Saved data entries
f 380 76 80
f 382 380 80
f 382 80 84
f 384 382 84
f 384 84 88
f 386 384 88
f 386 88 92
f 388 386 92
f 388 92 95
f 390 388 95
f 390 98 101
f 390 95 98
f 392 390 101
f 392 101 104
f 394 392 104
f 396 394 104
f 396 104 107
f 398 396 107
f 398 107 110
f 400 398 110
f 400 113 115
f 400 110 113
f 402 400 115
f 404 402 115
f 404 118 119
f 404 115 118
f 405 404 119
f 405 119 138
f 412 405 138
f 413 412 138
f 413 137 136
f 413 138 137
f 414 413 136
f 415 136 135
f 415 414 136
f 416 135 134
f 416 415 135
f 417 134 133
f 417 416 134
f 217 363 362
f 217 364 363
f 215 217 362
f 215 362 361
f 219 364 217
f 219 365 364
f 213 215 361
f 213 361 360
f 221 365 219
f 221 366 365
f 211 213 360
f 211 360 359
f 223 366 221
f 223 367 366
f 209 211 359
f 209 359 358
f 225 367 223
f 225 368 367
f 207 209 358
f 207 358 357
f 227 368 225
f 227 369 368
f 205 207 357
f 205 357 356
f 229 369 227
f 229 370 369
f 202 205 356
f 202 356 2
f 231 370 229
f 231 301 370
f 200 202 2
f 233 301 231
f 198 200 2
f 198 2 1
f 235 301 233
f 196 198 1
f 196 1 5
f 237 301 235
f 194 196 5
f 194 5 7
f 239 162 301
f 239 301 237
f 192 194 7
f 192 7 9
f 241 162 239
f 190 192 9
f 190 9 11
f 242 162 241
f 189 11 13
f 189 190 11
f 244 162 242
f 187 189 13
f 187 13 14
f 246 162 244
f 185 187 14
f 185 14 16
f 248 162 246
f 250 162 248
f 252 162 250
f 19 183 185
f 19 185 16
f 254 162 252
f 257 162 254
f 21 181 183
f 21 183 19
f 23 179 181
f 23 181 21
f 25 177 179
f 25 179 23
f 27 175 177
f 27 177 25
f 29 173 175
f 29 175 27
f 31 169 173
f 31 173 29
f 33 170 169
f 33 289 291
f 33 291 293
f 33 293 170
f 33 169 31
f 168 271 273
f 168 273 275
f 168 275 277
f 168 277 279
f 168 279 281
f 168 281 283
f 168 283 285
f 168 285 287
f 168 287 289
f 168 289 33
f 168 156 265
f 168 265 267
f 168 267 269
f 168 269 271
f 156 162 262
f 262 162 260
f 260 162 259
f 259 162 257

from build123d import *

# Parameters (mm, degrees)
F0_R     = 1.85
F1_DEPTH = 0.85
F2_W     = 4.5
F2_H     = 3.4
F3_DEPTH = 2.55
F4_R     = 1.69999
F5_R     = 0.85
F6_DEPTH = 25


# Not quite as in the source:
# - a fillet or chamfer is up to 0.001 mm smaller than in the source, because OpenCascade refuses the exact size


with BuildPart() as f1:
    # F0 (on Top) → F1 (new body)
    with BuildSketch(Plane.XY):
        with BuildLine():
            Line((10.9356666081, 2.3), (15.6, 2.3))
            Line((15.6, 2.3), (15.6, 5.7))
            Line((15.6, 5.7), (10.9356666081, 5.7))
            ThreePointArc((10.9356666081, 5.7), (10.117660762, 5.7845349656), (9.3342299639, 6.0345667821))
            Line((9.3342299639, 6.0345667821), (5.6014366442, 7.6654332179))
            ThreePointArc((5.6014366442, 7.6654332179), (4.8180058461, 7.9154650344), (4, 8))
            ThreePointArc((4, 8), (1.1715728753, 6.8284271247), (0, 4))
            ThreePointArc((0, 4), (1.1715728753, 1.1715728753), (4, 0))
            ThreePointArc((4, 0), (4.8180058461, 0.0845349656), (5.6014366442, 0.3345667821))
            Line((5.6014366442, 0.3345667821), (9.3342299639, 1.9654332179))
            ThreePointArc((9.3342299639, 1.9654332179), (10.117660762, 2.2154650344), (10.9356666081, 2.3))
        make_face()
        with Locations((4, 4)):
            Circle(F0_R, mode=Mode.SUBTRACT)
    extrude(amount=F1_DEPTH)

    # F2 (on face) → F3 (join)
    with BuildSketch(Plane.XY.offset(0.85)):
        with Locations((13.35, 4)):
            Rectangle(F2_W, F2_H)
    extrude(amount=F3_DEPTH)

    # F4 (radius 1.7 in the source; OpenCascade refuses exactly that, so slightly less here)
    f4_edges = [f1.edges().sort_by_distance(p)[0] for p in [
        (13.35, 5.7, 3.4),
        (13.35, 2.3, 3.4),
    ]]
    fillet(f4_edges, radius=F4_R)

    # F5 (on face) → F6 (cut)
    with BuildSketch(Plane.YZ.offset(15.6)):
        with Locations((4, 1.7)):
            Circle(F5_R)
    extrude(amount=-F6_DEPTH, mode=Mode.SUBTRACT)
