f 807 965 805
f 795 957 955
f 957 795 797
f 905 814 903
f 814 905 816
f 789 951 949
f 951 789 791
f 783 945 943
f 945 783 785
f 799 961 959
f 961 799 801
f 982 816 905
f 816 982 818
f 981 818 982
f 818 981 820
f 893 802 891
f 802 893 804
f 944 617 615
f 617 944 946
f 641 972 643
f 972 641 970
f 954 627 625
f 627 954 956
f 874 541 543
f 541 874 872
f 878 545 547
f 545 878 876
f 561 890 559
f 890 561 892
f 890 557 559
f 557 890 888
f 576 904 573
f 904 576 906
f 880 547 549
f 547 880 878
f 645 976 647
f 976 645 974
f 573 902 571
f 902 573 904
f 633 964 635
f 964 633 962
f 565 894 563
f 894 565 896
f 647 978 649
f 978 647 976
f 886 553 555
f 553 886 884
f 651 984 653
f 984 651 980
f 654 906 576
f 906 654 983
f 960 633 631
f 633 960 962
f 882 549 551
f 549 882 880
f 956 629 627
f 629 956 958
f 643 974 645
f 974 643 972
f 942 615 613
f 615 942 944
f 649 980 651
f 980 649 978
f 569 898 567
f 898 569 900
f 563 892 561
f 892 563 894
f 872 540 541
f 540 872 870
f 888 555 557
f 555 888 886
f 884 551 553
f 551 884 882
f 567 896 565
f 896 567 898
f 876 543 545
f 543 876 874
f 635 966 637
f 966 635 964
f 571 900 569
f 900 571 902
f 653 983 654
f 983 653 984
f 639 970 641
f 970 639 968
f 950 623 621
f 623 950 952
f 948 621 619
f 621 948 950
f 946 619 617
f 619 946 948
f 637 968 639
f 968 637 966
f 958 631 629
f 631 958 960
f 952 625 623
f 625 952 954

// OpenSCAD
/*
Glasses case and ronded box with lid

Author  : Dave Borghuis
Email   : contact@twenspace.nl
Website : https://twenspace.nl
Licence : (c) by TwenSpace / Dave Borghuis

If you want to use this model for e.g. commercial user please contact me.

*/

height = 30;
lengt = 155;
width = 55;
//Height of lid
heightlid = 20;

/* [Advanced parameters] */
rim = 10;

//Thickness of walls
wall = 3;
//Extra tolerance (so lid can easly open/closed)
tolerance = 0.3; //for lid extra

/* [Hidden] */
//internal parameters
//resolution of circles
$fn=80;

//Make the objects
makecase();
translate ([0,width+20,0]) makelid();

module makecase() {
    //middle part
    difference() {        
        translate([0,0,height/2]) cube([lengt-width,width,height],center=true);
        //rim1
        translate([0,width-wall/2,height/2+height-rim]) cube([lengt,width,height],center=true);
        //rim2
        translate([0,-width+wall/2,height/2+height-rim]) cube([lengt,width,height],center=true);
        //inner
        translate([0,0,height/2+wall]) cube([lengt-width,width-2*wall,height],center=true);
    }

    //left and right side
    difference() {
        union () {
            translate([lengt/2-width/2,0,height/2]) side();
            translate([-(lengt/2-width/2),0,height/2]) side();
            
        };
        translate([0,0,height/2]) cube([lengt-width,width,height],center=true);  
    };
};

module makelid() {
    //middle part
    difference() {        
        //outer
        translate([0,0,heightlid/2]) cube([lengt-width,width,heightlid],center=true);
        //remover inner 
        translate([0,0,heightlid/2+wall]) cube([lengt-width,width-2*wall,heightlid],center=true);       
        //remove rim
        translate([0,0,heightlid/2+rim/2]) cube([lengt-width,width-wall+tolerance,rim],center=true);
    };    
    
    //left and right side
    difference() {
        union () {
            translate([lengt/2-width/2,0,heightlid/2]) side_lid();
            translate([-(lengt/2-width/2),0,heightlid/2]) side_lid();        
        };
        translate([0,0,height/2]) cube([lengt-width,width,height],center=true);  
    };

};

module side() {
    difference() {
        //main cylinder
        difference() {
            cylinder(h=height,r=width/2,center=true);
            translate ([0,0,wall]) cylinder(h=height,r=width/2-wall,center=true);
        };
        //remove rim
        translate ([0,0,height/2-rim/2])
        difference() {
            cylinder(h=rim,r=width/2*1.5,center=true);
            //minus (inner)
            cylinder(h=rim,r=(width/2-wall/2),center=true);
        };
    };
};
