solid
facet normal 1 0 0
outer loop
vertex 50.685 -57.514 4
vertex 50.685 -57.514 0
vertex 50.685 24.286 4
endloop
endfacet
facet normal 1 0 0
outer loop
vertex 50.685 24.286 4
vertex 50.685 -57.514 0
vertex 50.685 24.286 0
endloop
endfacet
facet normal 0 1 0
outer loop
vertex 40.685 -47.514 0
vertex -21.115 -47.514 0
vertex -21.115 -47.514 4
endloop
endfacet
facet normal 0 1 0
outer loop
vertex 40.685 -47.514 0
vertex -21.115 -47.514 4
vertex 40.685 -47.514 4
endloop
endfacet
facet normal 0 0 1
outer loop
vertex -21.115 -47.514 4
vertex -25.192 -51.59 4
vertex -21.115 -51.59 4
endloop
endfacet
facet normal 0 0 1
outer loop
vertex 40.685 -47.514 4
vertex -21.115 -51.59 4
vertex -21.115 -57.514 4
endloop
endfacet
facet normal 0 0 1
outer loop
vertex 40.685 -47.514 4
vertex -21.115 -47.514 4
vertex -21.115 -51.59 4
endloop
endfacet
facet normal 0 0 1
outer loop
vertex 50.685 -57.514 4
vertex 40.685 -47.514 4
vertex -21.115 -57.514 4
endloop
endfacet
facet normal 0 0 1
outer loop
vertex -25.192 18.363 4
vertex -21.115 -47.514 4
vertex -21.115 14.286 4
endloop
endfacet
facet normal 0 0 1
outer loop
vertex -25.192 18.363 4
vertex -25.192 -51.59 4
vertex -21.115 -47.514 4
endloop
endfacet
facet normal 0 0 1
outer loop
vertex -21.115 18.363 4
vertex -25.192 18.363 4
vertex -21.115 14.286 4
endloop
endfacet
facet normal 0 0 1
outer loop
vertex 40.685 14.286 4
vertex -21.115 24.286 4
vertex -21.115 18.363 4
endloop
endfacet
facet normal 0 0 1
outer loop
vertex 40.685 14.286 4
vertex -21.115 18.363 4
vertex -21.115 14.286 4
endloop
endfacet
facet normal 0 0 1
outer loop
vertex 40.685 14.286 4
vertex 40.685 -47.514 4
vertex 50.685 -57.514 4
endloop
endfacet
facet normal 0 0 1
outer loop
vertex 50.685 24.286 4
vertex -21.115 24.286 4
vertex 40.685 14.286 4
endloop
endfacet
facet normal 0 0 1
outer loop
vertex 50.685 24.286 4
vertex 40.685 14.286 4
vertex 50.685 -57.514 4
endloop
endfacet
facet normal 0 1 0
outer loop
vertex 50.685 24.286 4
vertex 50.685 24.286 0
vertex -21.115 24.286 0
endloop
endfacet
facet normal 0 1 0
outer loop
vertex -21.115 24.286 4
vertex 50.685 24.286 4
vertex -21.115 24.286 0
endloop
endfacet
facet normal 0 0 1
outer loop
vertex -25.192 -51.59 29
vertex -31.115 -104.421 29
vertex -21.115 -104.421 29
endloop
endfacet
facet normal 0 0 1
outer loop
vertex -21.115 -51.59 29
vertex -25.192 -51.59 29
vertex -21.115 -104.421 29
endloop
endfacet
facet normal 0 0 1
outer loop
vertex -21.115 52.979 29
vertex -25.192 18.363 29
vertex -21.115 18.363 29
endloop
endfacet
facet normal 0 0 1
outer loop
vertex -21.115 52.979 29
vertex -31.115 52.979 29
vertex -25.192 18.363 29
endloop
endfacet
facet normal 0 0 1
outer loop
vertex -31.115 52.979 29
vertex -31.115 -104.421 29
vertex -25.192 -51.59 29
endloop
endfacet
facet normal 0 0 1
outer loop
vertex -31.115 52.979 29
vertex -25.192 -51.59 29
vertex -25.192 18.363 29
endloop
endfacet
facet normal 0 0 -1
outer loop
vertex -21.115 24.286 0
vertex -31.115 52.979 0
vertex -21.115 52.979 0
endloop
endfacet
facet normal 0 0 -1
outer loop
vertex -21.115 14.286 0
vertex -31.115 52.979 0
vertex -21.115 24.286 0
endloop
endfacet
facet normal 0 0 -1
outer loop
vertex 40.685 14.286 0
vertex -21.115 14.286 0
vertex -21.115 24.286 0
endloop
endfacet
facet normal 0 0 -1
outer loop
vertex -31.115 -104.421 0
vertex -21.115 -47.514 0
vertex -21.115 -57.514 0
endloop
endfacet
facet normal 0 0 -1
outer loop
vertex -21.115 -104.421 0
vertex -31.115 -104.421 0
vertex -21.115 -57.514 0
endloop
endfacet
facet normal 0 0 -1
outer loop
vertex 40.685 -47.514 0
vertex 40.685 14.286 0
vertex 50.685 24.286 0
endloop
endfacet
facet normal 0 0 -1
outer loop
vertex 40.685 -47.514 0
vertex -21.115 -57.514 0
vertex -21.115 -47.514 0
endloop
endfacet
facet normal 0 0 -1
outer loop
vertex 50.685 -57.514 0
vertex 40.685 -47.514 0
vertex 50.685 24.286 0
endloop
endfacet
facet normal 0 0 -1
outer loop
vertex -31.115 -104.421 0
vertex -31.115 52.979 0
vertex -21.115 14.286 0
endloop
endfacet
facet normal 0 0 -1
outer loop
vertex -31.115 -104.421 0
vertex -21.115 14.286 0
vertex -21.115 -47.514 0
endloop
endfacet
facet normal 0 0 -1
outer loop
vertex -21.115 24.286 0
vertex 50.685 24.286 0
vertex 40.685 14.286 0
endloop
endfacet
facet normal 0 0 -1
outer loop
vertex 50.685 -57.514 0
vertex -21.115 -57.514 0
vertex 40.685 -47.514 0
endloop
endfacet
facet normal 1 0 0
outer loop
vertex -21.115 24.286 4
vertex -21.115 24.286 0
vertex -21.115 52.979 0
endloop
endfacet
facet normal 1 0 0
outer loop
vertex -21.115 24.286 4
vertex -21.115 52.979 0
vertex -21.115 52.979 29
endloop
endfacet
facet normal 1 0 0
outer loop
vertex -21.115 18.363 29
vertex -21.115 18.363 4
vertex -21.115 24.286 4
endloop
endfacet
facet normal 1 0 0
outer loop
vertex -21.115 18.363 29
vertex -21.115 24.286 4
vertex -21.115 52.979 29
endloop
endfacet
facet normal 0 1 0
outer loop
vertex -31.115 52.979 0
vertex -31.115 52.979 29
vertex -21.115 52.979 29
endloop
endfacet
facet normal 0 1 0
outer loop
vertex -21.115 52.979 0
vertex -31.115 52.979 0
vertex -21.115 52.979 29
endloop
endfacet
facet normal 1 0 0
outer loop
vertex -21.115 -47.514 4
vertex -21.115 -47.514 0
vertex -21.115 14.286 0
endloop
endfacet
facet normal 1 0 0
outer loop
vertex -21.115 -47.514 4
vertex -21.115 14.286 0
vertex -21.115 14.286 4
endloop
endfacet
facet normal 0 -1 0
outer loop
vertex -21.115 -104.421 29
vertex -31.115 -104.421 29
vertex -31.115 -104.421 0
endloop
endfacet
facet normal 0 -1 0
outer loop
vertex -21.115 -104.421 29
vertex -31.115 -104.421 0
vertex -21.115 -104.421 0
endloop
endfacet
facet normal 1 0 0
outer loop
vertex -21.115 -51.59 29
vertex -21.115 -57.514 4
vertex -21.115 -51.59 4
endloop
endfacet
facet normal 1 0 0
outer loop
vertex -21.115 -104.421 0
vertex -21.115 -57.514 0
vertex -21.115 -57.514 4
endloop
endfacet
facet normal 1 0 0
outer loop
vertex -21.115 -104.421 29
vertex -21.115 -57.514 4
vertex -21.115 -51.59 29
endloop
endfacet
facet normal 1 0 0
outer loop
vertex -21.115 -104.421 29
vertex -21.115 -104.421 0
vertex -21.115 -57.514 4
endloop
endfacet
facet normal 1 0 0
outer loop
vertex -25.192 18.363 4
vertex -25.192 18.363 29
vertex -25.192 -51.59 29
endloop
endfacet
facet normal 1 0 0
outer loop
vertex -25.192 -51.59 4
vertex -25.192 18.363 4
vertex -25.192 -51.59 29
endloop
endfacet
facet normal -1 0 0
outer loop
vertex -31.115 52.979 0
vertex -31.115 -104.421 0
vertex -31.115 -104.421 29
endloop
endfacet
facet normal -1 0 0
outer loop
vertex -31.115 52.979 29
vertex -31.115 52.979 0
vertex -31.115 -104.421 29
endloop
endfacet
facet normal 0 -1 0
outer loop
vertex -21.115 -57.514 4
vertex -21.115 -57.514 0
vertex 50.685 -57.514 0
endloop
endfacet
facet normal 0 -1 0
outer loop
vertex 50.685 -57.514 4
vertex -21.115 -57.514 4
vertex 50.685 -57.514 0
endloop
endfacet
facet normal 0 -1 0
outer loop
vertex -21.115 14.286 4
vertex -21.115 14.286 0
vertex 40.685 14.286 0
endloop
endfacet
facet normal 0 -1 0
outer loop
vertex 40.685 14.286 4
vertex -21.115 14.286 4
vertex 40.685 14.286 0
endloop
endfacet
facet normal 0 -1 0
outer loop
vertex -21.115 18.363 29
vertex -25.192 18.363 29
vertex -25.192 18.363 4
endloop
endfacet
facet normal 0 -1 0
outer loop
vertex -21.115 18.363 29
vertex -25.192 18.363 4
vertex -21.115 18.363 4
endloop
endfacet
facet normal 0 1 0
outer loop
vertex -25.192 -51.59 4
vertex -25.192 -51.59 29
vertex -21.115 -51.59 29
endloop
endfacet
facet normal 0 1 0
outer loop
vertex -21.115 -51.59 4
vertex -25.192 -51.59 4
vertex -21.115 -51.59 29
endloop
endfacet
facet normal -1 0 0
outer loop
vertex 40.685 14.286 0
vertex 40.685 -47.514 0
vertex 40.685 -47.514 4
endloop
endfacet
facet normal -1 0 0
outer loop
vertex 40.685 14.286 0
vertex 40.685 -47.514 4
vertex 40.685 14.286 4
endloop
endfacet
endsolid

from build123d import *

# Parameters (mm, degrees)
F1_W      = 61.8
F1_H      = 61.8
F1_W_2    = 10
F1_H_2    = 46.907837
F2_DEPTH  = 4
F3_W      = 10
F3_H      = 48.056386
F4_DEPTH  = 25
F4_FACE_W = 10
F4_FACE_H = 29
F5_DEPTH  = 157.4
F6_W      = 4.076856
F6_H      = 61.8
F6_H_2    = 4.076856
F7_DEPTH  = 25


with BuildPart() as f2:
    # F1 (on Top) → F2 (new body)
    with BuildSketch(Plane.XY):
        Polygon((50.684865, 24.286445), (-31.115135, 24.286445), (-31.115135, -57.513555), (-21.115135, -57.513555), (50.684865, -57.513555), align=None)
        with Locations((9.784865, -16.613555)):
            Rectangle(F1_W, F1_H, mode=Mode.SUBTRACT)
        with Locations((-26.115135, -80.967473)):
            Rectangle(F1_W_2, F1_H_2)
    extrude(amount=F2_DEPTH)

    # F3 (on face) → F4 (join)
    with BuildSketch(Plane.XY.offset(4)):
        with Locations((-26.115135, -80.393199)):
            Rectangle(F3_W, F3_H)
    extrude(amount=F4_DEPTH)

    # F4_face (on face) → F5 (join)
    with BuildSketch(Plane(origin=(-26.115135, -104.421392, 14.5), x_dir=(1, 0, 0), z_dir=(0, -1, 0))):
        Rectangle(F4_FACE_W, F4_FACE_H)
    extrude(amount=-F5_DEPTH)

    # F6 (on face) → F7 (cut)
    with BuildSketch(Plane.XY.offset(29)):
        with Locations((-23.153563, -16.613555)):
            Rectangle(F6_W, F6_H)
        with Locations((-23.153563, 16.324873)):
            Rectangle(F6_W, F6_H_2)
        with Locations((-23.153563, -49.551983)):
            Rectangle(F6_W, F6_H_2)
    extrude(amount=-F7_DEPTH, mode=Mode.SUBTRACT)


solid = f2.part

> _Goal of the exercise_:
Of the entries listed above, reproduce only the lines starting at the line containing "f 905 814 903" and ending at the line containing "f 904 576 906". Include both, exactly as they stand.

> _Solution for this problem_:
f 905 814 903
f 814 905 816
f 789 951 949
f 951 789 791
f 783 945 943
f 945 783 785
f 799 961 959
f 961 799 801
f 982 816 905
f 816 982 818
f 981 818 982
f 818 981 820
f 893 802 891
f 802 893 804
f 944 617 615
f 617 944 946
f 641 972 643
f 972 641 970
f 954 627 625
f 627 954 956
f 874 541 543
f 541 874 872
f 878 545 547
f 545 878 876
f 561 890 559
f 890 561 892
f 890 557 559
f 557 890 888
f 576 904 573
f 904 576 906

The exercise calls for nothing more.